**What the task asks:** Look through the material and tally each line bearing the word "with". Give only the total.

**Data to process:**
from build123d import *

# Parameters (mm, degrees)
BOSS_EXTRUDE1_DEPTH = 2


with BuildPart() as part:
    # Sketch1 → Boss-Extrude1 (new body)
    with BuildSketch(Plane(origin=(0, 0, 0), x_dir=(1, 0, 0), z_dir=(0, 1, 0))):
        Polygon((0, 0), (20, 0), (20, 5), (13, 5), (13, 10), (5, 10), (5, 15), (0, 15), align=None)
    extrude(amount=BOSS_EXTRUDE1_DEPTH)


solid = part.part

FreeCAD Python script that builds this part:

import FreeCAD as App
import Part
import Sketcher
from FreeCAD import Vector

doc = App.newDocument("Part")
body = doc.addObject("PartDesign::Body", "Body")

# Sketch on XZ plane
sketch1 = body.newObject("Sketcher::SketchObject", "Sketch")
sketch1.AttachmentSupport = (doc.getObject("XZ_Plane"), [""])
sketch1.MapMode = "FlatFace"
sketch1.addGeometry(Part.LineSegment(Vector(0, 0, 0), Vector(20, 0, 0)), False)
sketch1.addGeometry(Part.LineSegment(Vector(20, 0, 0), Vector(20, -5, 0)), False)
sketch1.addGeometry(Part.LineSegment(Vector(20, -5, 0), Vector(13, -5, 0)), False)
sketch1.addGeometry(Part.LineSegment(Vector(13, -5, 0), Vector(13, -10, 0)), False)
sketch1.addGeometry(Part.LineSegment(Vector(13, -10, 0), Vector(5, -10, 0)), False)
sketch1.addGeometry(Part.LineSegment(Vector(5, -10, 0), Vector(5, -15, 0)), False)
sketch1.addGeometry(Part.LineSegment(Vector(5, -15, 0), Vector(0, -15, 0)), False)
sketch1.addGeometry(Part.LineSegment(Vector(0, -15, 0), Vector(0, 0, 0)), False)
sketch1.addConstraint(Sketcher.Constraint("Coincident", 0, 2, 1, 1))
sketch1.addConstraint(Sketcher.Constraint("Coincident", 1, 2, 2, 1))
sketch1.addConstraint(Sketcher.Constraint("Coincident", 2, 2, 3, 1))
sketch1.addConstraint(Sketcher.Constraint("Coincident", 3, 2, 4, 1))
sketch1.addConstraint(Sketcher.Constraint("Coincident", 4, 2, 5, 1))
sketch1.addConstraint(Sketcher.Constraint("Coincident", 5, 2, 6, 1))
sketch1.addConstraint(Sketcher.Constraint("Coincident", 6, 2, 7, 1))
sketch1.addConstraint(Sketcher.Constraint("Coincident", 7, 2, 0, 1))
sketch1.addConstraint(Sketcher.Constraint("Horizontal", 0))
sketch1.addConstraint(Sketcher.Constraint("Vertical", 1))
sketch1.addConstraint(Sketcher.Constraint("Horizontal", 2))
sketch1.addConstraint(Sketcher.Constraint("Vertical", 3))
sketch1.addConstraint(Sketcher.Constraint("Horizontal", 4))
sketch1.addConstraint(Sketcher.Constraint("Vertical", 5))
sketch1.addConstraint(Sketcher.Constraint("Horizontal", 6))
sketch1.addConstraint(Sketcher.Constraint("Vertical", 7))
sketch1.addConstraint(Sketcher.Constraint("Coincident", 7, 2, -1, 1))
sketch1.addConstraint(Sketcher.Constraint("Equal", 6, 1))
sketch1.addConstraint(Sketcher.Constraint("Equal", 1, 3))
sketch1.addConstraint(Sketcher.Constraint("Equal", 3, 5))
sketch1.addConstraint(Sketcher.Constraint("DistanceX", 0, 1, 0, 2, 20.0))
sketch1.addConstraint(Sketcher.Constraint("DistanceX", 2, 2, 2, 1, 7.0))
sketch1.addConstraint(Sketcher.Constraint("DistanceX", 4, 2, 4, 1, 8.0))
pad1 = body.newObject("PartDesign::Pad", "Pad")
pad1.Profile = sketch1
pad1.Length = 2
pad1.Reversed = True

doc.recompute()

**Finished task:** 2